Boeing Tipu Investor Soal Keamanan 737 MAX, Didenda Rp 3 T!

Novi Christiastuti - detikNews
Jumat, 23 Sep 2022 12:01 WIB
FILE - In this April 10, 2019, file photo a Boeing 737 MAX 8 airplane being built for India-based Jet Airways lands following a test flight at Boeing Field in Seattle. Boeing is reassuring airline industry leaders about the safety of the grounded 737 Max as it continues working to get the plane back in service. The aircraft maker invited about 30 union officials, safety experts and others to the Seattle area for two days of meetings with Boeing executives and factory tours. (AP Photo/Ted S. Warren, File)
Ilustrasi Boeing 737 MAX (AP Photo/Ted S. Warren, File)
Washington DC -

Para pejabat keamanan Amerika Serikat (AS) menjatuhkan hukuman denda sebesar US$ 200 juta (Rp 3 triliun) terhadap perusahaan raksasa produsen pesawat Boeing. Denda dijatuhkan atas dakwaan Boeing memberikan jaminan menyesatkan soal keamanan pesawat jenis 737 MAX menyusul dua kecelakaan mematikan.

Seperti dilansir AFP, Jumat (23/9/2022), Boeing sepakat untuk membayar denda untuk penyelesaian dakwaan yang menyatakan pihaknya 'dengan lalai melanggar ketentuan antipenipuan' dalam undang-undang (UU) sekuritas AS.
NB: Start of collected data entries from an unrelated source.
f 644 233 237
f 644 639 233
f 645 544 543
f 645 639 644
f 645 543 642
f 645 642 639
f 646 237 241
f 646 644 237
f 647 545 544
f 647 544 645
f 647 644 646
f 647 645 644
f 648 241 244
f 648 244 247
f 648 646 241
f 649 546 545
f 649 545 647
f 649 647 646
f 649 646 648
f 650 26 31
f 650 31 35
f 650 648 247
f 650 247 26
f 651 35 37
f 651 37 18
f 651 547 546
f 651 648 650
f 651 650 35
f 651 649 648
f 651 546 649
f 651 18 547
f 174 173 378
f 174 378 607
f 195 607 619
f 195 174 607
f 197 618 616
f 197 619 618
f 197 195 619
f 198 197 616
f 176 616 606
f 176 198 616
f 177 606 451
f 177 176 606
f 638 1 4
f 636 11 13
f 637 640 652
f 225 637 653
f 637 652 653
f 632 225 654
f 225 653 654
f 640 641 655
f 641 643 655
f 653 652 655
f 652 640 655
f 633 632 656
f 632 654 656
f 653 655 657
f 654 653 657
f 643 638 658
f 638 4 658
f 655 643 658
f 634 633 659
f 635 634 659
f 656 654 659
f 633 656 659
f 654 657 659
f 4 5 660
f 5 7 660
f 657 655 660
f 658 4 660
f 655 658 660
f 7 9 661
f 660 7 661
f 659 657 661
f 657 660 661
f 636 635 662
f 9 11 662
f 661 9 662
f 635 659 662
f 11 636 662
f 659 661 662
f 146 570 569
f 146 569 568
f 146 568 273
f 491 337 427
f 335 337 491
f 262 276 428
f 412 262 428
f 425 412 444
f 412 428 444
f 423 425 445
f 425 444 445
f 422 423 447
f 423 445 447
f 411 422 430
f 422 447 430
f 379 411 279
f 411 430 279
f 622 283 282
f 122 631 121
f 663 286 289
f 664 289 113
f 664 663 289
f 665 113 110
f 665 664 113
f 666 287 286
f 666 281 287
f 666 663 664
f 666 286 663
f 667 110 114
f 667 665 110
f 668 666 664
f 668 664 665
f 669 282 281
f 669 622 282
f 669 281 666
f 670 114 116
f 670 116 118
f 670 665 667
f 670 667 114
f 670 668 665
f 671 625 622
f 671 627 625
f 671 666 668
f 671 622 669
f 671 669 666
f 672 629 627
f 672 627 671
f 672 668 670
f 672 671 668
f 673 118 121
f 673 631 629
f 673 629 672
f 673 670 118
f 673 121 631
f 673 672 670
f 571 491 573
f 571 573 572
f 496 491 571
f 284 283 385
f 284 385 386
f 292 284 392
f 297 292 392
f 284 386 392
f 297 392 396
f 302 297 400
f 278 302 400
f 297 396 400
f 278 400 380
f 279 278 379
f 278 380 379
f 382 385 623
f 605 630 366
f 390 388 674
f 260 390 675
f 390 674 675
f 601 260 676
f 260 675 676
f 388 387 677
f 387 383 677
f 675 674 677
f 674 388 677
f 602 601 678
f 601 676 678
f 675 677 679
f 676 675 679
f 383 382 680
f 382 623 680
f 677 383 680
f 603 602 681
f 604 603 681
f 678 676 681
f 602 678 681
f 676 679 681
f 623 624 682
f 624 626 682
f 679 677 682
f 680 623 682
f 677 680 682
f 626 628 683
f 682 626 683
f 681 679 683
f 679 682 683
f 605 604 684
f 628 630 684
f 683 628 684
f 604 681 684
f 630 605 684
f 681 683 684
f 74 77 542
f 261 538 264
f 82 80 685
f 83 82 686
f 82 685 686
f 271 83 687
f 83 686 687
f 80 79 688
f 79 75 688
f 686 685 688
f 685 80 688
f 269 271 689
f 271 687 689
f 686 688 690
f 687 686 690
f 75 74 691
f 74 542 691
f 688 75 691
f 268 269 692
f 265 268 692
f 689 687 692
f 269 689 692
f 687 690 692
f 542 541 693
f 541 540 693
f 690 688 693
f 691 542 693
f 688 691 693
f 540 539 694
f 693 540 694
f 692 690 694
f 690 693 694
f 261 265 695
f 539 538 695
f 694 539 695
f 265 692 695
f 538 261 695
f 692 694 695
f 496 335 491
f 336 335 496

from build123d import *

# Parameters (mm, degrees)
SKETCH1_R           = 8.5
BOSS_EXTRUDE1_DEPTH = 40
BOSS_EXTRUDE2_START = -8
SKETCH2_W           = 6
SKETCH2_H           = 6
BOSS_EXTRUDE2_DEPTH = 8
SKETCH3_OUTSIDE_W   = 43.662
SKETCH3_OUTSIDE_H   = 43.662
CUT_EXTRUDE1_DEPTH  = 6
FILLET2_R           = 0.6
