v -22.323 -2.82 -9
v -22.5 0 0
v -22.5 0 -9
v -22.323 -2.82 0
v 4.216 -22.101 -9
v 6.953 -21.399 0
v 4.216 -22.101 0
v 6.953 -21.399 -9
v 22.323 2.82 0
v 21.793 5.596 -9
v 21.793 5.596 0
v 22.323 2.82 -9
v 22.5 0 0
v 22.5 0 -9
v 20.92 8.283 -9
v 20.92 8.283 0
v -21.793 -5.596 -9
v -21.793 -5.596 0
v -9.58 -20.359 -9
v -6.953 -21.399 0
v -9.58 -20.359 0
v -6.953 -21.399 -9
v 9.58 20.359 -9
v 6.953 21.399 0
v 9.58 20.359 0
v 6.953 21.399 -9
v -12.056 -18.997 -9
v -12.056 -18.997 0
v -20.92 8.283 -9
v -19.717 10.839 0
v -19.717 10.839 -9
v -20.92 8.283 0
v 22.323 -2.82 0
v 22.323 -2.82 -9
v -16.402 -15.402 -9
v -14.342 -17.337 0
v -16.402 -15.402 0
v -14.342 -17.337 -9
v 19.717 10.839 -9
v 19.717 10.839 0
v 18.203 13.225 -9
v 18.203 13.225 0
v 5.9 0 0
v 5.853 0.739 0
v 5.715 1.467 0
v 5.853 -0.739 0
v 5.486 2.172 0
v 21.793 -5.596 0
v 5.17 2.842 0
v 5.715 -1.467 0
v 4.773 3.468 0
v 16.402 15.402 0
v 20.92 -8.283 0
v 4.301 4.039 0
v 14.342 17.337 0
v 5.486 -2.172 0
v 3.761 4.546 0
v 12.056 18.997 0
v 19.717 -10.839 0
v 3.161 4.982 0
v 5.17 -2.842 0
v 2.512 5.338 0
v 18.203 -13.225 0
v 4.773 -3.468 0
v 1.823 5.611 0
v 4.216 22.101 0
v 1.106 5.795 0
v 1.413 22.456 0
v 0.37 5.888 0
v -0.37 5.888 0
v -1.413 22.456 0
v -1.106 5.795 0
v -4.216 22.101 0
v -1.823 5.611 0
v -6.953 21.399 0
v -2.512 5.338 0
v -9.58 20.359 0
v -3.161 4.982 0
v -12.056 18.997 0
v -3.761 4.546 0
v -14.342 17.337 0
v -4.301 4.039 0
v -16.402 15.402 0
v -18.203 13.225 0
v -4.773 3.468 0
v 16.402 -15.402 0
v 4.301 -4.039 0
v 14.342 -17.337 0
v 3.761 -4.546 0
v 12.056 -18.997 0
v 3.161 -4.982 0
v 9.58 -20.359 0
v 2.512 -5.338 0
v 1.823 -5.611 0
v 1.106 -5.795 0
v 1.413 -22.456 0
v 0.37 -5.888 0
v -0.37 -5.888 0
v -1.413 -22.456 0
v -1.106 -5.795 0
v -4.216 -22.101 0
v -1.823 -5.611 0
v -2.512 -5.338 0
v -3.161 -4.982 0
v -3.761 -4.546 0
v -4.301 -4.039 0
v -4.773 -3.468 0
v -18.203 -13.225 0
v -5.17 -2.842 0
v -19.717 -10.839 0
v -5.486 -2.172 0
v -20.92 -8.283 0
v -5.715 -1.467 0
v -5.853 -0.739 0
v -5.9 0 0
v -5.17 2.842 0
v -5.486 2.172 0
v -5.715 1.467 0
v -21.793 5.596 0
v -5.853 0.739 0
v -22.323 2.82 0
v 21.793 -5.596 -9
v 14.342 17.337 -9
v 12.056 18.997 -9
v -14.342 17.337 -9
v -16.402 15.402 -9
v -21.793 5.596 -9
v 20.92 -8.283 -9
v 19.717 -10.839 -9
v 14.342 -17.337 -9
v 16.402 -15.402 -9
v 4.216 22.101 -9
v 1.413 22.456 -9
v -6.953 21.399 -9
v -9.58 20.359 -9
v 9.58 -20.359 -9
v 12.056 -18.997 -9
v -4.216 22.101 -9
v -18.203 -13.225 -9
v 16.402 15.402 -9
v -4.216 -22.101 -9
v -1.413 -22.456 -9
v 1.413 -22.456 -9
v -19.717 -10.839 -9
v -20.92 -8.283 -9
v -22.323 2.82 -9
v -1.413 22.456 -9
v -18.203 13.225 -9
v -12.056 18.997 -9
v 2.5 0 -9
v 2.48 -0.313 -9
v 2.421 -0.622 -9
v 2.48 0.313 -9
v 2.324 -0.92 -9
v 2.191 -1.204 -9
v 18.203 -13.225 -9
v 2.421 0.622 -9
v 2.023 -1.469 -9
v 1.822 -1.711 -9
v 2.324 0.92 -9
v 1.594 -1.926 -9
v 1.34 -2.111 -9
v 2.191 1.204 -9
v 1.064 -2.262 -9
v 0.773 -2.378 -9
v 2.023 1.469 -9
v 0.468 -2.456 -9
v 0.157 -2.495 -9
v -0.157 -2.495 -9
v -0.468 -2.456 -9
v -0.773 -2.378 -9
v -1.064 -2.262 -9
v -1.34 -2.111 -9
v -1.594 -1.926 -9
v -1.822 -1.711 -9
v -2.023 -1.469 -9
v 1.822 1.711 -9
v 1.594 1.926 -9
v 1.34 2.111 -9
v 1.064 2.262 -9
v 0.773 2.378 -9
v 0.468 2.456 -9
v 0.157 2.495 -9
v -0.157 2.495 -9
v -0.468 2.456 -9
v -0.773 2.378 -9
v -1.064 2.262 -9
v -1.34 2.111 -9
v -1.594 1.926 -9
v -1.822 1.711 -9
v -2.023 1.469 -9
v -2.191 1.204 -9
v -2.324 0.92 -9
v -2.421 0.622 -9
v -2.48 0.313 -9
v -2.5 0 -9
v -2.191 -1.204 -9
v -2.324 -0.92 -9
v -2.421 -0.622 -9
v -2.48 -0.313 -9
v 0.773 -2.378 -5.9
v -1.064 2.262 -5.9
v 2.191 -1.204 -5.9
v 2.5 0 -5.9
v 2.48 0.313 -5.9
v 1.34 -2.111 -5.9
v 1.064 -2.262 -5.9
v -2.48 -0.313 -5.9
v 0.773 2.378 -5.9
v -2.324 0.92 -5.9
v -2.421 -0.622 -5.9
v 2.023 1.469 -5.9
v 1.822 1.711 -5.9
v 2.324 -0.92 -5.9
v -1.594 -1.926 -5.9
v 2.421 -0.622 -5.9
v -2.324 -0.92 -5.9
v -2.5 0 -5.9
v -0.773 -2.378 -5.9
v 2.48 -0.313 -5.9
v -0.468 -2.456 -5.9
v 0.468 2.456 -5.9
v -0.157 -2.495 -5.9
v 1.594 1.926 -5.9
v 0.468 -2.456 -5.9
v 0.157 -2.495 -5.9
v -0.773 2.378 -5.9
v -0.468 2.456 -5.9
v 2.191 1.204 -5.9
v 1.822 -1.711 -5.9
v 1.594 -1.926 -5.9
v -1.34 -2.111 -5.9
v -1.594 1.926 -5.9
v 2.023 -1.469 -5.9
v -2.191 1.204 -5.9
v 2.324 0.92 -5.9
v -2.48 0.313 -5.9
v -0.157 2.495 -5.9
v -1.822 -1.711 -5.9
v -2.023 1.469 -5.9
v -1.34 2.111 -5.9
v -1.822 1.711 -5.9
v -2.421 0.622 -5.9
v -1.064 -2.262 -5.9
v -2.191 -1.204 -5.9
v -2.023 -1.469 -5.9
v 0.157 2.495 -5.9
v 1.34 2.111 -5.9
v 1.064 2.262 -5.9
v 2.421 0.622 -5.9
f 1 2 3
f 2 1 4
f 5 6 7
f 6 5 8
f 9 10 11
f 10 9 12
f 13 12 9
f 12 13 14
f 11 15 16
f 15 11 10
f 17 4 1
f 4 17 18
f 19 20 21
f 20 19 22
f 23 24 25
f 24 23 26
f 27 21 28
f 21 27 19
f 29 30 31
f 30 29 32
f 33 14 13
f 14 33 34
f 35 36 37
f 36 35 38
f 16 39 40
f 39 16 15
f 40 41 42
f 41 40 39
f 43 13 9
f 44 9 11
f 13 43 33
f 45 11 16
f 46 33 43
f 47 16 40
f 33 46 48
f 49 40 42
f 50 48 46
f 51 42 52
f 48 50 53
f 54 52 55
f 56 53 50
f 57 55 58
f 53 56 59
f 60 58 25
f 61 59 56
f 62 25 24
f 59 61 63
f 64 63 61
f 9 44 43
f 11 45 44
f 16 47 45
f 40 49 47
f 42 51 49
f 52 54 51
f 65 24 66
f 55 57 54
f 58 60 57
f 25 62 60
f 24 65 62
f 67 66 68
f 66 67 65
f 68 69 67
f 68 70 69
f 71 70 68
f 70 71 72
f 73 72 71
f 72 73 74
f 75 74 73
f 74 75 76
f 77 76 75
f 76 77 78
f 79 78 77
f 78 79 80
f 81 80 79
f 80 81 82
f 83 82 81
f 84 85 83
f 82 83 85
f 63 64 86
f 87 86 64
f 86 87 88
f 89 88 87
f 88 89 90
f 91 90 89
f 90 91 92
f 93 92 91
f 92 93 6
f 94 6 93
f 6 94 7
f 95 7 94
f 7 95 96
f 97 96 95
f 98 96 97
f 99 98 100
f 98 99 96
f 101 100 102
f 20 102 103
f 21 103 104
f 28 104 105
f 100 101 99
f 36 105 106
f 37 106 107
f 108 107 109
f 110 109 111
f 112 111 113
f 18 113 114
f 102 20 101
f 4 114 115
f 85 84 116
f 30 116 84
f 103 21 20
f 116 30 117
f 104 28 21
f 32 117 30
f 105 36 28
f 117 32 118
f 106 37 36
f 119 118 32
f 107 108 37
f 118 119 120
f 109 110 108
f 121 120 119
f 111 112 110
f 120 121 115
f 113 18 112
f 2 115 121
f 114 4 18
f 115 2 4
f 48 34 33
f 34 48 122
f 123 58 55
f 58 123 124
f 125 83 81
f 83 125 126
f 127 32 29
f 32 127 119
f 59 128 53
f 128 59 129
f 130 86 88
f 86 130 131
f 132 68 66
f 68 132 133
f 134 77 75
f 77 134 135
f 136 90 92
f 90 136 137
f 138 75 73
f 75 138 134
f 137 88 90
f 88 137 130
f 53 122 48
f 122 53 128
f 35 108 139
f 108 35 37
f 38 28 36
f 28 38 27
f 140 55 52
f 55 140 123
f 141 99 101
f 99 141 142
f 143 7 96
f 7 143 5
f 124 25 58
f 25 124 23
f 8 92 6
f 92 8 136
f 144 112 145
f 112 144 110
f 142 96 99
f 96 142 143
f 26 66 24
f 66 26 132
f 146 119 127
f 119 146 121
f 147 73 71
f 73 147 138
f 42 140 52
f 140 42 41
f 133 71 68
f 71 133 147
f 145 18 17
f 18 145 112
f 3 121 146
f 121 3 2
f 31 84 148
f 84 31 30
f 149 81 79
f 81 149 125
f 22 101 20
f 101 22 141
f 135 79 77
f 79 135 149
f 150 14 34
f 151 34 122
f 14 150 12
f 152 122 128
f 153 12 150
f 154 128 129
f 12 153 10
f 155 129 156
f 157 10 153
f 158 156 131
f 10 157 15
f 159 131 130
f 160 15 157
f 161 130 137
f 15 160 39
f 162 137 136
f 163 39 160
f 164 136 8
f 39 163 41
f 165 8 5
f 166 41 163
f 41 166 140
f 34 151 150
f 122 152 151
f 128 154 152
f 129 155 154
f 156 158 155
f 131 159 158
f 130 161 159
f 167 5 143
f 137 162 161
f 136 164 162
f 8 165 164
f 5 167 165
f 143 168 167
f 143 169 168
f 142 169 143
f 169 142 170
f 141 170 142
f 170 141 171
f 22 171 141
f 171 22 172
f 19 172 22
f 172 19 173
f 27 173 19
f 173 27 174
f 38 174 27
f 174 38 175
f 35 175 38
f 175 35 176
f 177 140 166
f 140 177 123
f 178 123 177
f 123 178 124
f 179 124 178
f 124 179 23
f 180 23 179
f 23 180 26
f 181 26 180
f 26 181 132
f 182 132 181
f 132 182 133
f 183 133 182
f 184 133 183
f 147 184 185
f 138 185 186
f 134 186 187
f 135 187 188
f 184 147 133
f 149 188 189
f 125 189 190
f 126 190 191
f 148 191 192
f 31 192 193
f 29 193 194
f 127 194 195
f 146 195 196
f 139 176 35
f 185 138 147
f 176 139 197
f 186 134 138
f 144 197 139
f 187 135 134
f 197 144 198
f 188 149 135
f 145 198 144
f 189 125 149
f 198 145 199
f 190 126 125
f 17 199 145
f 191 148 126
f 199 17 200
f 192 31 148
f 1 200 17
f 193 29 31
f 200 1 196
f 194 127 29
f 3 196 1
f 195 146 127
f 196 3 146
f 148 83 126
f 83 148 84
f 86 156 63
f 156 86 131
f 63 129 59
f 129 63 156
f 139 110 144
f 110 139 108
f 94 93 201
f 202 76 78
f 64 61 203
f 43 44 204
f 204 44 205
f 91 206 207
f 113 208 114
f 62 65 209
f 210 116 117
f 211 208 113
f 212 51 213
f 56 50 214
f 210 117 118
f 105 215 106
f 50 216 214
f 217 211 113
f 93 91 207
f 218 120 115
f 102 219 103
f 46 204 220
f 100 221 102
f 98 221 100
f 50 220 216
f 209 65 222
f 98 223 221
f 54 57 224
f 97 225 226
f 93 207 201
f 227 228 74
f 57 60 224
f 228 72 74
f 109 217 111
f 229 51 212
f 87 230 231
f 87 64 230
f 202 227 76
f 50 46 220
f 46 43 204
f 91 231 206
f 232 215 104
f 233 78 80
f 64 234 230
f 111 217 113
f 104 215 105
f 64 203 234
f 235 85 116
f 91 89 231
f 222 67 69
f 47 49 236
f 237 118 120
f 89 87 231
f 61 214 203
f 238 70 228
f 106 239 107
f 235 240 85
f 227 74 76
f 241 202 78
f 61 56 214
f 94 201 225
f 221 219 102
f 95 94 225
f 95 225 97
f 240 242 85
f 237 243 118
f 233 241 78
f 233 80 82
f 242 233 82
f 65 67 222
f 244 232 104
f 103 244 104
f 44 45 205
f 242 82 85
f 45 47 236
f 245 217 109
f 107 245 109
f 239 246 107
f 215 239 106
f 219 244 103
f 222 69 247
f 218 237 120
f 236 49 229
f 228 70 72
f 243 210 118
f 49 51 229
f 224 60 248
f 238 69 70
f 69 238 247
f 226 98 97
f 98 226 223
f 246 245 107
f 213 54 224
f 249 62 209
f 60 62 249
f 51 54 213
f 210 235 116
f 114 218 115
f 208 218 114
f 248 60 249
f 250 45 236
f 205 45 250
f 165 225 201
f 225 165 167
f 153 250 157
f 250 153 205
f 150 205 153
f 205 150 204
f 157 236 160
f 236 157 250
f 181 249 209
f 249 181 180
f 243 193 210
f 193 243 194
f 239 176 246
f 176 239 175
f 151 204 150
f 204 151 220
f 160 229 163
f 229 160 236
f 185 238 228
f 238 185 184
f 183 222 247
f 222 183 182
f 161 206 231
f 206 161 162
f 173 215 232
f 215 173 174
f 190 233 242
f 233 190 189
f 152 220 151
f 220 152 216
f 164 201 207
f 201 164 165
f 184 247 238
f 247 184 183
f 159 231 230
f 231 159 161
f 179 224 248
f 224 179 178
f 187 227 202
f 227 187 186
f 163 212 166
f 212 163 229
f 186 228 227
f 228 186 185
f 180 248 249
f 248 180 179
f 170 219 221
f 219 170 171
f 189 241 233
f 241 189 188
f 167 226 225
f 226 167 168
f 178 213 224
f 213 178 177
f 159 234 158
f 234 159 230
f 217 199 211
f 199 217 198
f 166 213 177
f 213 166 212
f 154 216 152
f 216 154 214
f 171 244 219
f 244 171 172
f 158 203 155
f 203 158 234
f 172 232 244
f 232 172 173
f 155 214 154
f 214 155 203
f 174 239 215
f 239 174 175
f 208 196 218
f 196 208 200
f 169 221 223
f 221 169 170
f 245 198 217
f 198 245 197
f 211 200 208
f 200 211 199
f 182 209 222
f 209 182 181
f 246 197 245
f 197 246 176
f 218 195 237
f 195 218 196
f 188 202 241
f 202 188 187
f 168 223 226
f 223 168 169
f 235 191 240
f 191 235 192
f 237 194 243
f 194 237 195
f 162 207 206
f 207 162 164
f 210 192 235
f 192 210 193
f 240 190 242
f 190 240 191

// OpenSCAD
$fn = 50;


difference() {
	union() {
		translate(v = [0, 0, -9.0000000000]) {
			cylinder(h = 9, r = 22.5000000000);
		}
		translate(v = [0, 0, -9.0000000000]) {
			cylinder(h = 9, r = 2.8750000000);
		}
	}
	union() {
		translate(v = [0, 0, 0]) {
			rotate(a = [0, 0, 0]) {
				difference() {
					union() {
						#translate(v = [0, 0, -9.0000000000]) {
							cylinder(h = 9, r = 2.2500000000);
						}
						#translate(v = [0, 0, -5.9000000000]) {
							cylinder(h = 5.9000000000, r1 = 2.5000000000, r2 = 5.9000000000);
						}
						#translate(v = [0, 0, -9.0000000000]) {
							cylinder(h = 9, r = 2.5000000000);
						}
						#translate(v = [0, 0, -9.0000000000]) {
							cylinder(h = 9, r = 2.2500000000);
						}
					}
					union();
				}
			}
		}
	}
}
Komisi Sekuritas dan Bursa (SEC) dalam pernyataannya menyebut Boeing sebagai perusahaan dan para pemimpinnya 'mengutamakan profit di atas orang-orang'.

Mantan CEO Boeing, Dennis Muilenburg, juga sepakat untuk membayar denda sebesar US$ 1 juta (Rp 15 miliar) untuk penyelesaian dakwaan yang sama dalam gugatan sipil.

Penyelesaian dengan pembayaran denda itu menandai pukulan terbaru terhadap Boeing terkait skandal 737 MAX menyusul kecelakaan maskapai Lion Air di Indonesia pada Oktober 2018 dan maskapai Ehtiopian Airlines di Ethiopia pada Maret 2019, yang secara total menewaskan nyaris 350 orang.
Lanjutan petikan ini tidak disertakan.